The 2-D FFT step uses the SIMD version of the FFT. The array is processed in rows. The resulting computed data are passed through the link ports in parallel and then processed in columns. Including the time used to move data to and from VRAM, the entire operation requires 0.083 seconds.
Figure 5. Time to complete rendering of the CAT scan image for the dual-ported local memory (DPLM) and cluster architectures for the SHARC I and the SHARC II.
Pixel weighting by the radial position is limited by the time required to pass the radius table data to VRAM and the time needed to access VRAM in processing the table. The inverse 2-D FFT has the same characteristics as the forward 2-D FFT. More time is required to pass the final image back to global DRAM. Table III and Figure 5 indicate the execution times for the eight-processor SHARC I and SHARC II DPLM architecture.
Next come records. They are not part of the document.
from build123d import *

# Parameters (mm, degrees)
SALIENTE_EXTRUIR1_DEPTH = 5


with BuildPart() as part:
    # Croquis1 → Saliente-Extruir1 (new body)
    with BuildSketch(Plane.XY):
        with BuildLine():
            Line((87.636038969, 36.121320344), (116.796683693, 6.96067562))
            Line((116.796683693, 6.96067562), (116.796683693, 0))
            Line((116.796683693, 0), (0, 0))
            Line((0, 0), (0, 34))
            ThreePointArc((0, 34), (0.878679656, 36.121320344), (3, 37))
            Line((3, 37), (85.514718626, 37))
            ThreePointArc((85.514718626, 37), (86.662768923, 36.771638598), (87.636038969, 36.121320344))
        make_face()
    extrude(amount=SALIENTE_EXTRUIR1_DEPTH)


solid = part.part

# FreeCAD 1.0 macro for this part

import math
import FreeCAD as App
import Part
import Sketcher
Q = App.Units.Quantity

doc = App.newDocument("Part")
body = doc.addObject("PartDesign::Body", "Body")

sketch1 = body.newObject("Sketcher::SketchObject", "Sketch")
sketch1.AttachmentSupport = (doc.getObject("XY_Plane"), [""])
sketch1.MapMode = "FlatFace"
sketch1.addGeometry([
    Part.LineSegment(App.Vector(116.8, 7, 0), App.Vector(87.6, 36.1, 0)),
    Part.ArcOfCircle(Part.Circle(App.Vector(85.5, 34, 0), App.Vector(0, 0, 1), 3), math.radians(45), math.radians(90)),
    Part.LineSegment(App.Vector(85.5, 37, 0), App.Vector(3, 37, 0)),
    Part.ArcOfCircle(Part.Circle(App.Vector(3, 34, 0), App.Vector(0, 0, 1), 3), math.radians(90), math.radians(180)),
    Part.LineSegment(App.Vector(0, 34, 0), App.Vector(0, 0, 0)),
    Part.LineSegment(App.Vector(0, 0, 0), App.Vector(116.8, 0, 0)),
    Part.LineSegment(App.Vector(116.8, 0, 0), App.Vector(116.8, 7, 0)),
], False)
sketch1.addConstraint([
    Sketcher.Constraint("Tangent", 0, 2, 1, 1),
    Sketcher.Constraint("Tangent", 1, 2, 2, 1),
    Sketcher.Constraint("Tangent", 2, 2, 3, 1),
    Sketcher.Constraint("Tangent", 3, 2, 4, 1),
    Sketcher.Constraint("Coincident", 4, 2, 5, 1),
    Sketcher.Constraint("Coincident", 5, 2, 6, 1),
    Sketcher.Constraint("Coincident", 6, 2, 0, 1),
    Sketcher.Constraint("Horizontal", 2),
    Sketcher.Constraint("Vertical", 4),
    Sketcher.Constraint("Horizontal", 5),
    Sketcher.Constraint("Vertical", 6),
    Sketcher.Constraint("Coincident", 4, 2, -1, 1),
    Sketcher.Constraint("Equal", 1, 3),
    Sketcher.Constraint("Radius", 1, Q("3 mm")),
    Sketcher.Constraint("DistanceY", 4, 2, 4, 1, Q("34 mm")),
    Sketcher.Constraint("Angle", 0, Q("135 deg")),
    Sketcher.Constraint("DistanceX", 2, 2, 2, 1, Q("82.514719 mm")),
    Sketcher.Constraint("Distance", 0, Q("41.239379 mm")),
])
pad1 = body.newObject("PartDesign::Pad", "Pad")
pad1.Profile = sketch1
pad1.Length = 5

doc.recompute()
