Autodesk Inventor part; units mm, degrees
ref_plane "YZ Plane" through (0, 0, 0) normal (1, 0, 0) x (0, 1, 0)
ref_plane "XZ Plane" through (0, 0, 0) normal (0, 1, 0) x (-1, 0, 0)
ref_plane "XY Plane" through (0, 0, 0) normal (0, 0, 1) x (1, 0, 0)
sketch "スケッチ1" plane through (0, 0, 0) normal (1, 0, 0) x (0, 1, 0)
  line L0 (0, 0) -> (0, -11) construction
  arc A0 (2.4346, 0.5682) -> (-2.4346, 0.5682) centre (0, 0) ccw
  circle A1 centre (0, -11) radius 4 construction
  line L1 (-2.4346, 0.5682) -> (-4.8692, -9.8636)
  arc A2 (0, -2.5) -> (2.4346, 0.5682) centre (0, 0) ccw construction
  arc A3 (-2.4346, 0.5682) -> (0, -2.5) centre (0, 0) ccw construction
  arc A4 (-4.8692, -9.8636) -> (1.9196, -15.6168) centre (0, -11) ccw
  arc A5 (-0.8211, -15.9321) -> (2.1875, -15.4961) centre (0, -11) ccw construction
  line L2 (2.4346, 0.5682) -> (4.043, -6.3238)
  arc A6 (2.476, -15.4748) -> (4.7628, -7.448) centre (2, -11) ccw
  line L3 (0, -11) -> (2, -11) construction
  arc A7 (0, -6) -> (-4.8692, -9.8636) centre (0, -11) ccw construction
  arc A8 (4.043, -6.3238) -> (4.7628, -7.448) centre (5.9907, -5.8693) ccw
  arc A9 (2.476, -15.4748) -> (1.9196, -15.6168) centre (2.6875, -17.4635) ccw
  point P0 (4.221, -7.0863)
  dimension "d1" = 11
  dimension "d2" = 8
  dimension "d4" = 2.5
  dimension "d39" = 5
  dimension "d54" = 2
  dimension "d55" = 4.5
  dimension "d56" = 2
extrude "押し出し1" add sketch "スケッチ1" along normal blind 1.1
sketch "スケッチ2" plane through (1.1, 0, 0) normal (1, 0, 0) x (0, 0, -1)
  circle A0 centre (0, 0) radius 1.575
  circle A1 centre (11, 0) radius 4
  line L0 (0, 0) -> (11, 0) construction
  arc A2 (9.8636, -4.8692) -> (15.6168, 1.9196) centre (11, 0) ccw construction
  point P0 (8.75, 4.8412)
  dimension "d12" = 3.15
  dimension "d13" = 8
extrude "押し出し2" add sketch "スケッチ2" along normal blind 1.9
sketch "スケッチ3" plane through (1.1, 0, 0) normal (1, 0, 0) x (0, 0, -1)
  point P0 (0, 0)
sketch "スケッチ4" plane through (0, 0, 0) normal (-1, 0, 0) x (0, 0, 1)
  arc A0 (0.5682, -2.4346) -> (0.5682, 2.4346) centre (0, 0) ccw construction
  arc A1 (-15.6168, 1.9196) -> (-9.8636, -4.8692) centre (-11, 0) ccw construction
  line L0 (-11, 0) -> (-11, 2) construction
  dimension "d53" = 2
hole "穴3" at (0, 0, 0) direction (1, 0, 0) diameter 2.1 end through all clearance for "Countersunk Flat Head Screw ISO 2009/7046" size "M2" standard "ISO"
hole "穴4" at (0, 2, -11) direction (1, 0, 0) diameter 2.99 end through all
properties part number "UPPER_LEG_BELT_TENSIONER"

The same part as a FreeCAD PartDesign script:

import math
import FreeCAD as App
import Part
import Sketcher

V = App.Vector

doc = App.newDocument("Part")
body = doc.addObject("PartDesign::Body", "Body")

sketch1 = body.newObject("Sketcher::SketchObject", "Sketch")
sketch1.AttachmentSupport = (doc.getObject("YZ_Plane"), [""])
sketch1.MapMode = "FlatFace"
sketch1.addGeometry(Part.LineSegment(V(4, -6.3, 0), V(2.4, 0.6, 0)), False)
sketch1.addGeometry(Part.ArcOfCircle(Part.Circle(V(0, 0, 0), V(0, 0, 1), 2.5), math.radians(13), math.radians(167)), False)
sketch1.addGeometry(Part.LineSegment(V(-2.4, 0.6, 0), V(-4.9, -9.9, 0)), False)
sketch1.addGeometry(Part.ArcOfCircle(Part.Circle(V(0, -11, 0), V(0, 0, 1), 5), math.radians(167), math.radians(293)), False)
sketch1.addGeometry(Part.ArcOfCircle(Part.Circle(V(2.7, -17.5, 0), V(0, 0, 1), 2), math.radians(96.08), math.radians(112.56)), False)
sketch1.addGeometry(Part.ArcOfCircle(Part.Circle(V(2, -11, 0), V(0, 0, 1), 4.5), math.radians(-84), math.radians(52)), False)
sketch1.addGeometry(Part.ArcOfCircle(Part.Circle(V(6, -5.9, 0), V(0, 0, 1), 2), math.radians(-167), math.radians(-128)), False)
sketch1.addConstraint(Sketcher.Constraint("Tangent", 0, 2, 1, 1))
sketch1.addConstraint(Sketcher.Constraint("Tangent", 1, 2, 2, 1))
sketch1.addConstraint(Sketcher.Constraint("Tangent", 2, 2, 3, 1))
sketch1.addConstraint(Sketcher.Constraint("Tangent", 3, 2, 4, 2))
sketch1.addConstraint(Sketcher.Constraint("Tangent", 4, 1, 5, 1))
sketch1.addConstraint(Sketcher.Constraint("Tangent", 5, 2, 6, 2))
sketch1.addConstraint(Sketcher.Constraint("Tangent", 6, 1, 0, 1))
sketch1.addConstraint(Sketcher.Constraint("Coincident", 1, 3, -1, 1))
sketch1.addConstraint(Sketcher.Constraint("PointOnObject", 3, 3, -2))
sketch1.addConstraint(Sketcher.Constraint("Horizontal", 3, 3, 5, 3))
sketch1.addConstraint(Sketcher.Constraint("Horizontal", 0, 2, 1, 2))
sketch1.addConstraint(Sketcher.Constraint("Radius", 3, 5.0))
sketch1.addConstraint(Sketcher.Constraint("Radius", 6, 2.0))
sketch1.addConstraint(Sketcher.Constraint("Radius", 1, 2.5))
sketch1.addConstraint(Sketcher.Constraint("Radius", 5, 4.5))
sketch1.addConstraint(Sketcher.Constraint("DistanceY", 3, 3, -1, 1, 11.0))
sketch1.addConstraint(Sketcher.Constraint("DistanceX", -1, 1, 5, 3, 2.0))
sketch1.addConstraint(Sketcher.Constraint("Radius", 4, 2.0037))
pad1 = body.newObject("PartDesign::Pad", "Pad")
pad1.Profile = sketch1
pad1.Length = 1.1

sketch2 = body.newObject("Sketcher::SketchObject", "Sketch001")
sketch2.AttachmentSupport = (doc.getObject("YZ_Plane"), [""])
sketch2.MapMode = "FlatFace"
sketch2.AttachmentOffset = App.Placement(V(0, 0, 1.1), App.Rotation())
sketch2.addGeometry(Part.Circle(V(0, 0, 0), V(0, 0, 1), 1.6), False)
sketch2.addGeometry(Part.Circle(V(0, -11, 0), V(0, 0, 1), 4), False)
sketch2.addConstraint(Sketcher.Constraint("Coincident", 0, 3, -1, 1))
sketch2.addConstraint(Sketcher.Constraint("PointOnObject", 1, 3, -2))
sketch2.addConstraint(Sketcher.Constraint("Diameter", 1, 8.0))
sketch2.addConstraint(Sketcher.Constraint("Diameter", 0, 3.15))
sketch2.addConstraint(Sketcher.Constraint("DistanceY", 1, 3, -1, 1, 11.0))
pad2 = body.newObject("PartDesign::Pad", "Pad001")
pad2.Profile = sketch2
pad2.Length = 1.9

sketch3 = body.newObject("Sketcher::SketchObject", "Sketch002")
sketch3.AttachmentSupport = (doc.getObject("YZ_Plane"), [""])
sketch3.MapMode = "FlatFace"
sketch3.addGeometry(Part.Circle(V(0, 0, 0), V(0, 0, 1), 1.1), False)
sketch3.addConstraint(Sketcher.Constraint("Coincident", 0, 3, -1, 1))
sketch3.addConstraint(Sketcher.Constraint("Diameter", 0, 2.1))
doc.recompute()
hole = body.newObject("PartDesign::Hole", "Hole")
hole.Profile = sketch3
hole.ThreadType = "None"
hole.Diameter = 2.1
hole.DepthType = "ThroughAll"
hole.Reversed = True

sketch4 = body.newObject("Sketcher::SketchObject", "Sketch003")
sketch4.AttachmentSupport = (doc.getObject("YZ_Plane"), [""])
sketch4.MapMode = "FlatFace"
sketch4.addGeometry(Part.Circle(V(2, -11, 0), V(0, 0, 1), 1.5), False)
sketch4.addConstraint(Sketcher.Constraint("Diameter", 0, 2.99))
sketch4.addConstraint(Sketcher.Constraint("DistanceX", -1, 1, 0, 3, 2.0))
sketch4.addConstraint(Sketcher.Constraint("DistanceY", 0, 3, -1, 1, 11.0))
doc.recompute()
hole2 = body.newObject("PartDesign::Hole", "Hole001")
hole2.Profile = sketch4
hole2.ThreadType = "None"
hole2.Diameter = 2.99
hole2.DepthType = "ThroughAll"
hole2.Reversed = True

doc.recompute()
| Step | SHARC I Total Time (sec) | SHARC II Total Time (sec) |
| 1 | 0.264 | 0.132 |
| 2 | 24.400 | 12.200 |
| 3 | 0.096 | 0.048 |
| 4 | 0.013 | 0.006 |
| 5 | 0.148 | 0.072 |
| Total | 24.684 | 12.458 |
Table III. Dual-ported local memory (DPLM) performance.
Conclusion
These examples illustrate that where memory bandwidth limits performance, the DPLM architecture operates many times faster than the standard cluster mode architecture. This can be attributed to two key differences: the DPLM architecture does not inherently limit the number of processors, and each processor operates on data in private memory isolated from the other processors. If processors are added, the DPLM architecture provides nearly linear improvement in performance. In contrast, even if it were possible to add processors to the cluster design, performance would not improve because the common bus is completely saturated by data accesses.
Joseph A. Sgro is CEO and director of research and development and Paul C. Stanton is president and director of engineering for Alacron (Nashua, NH).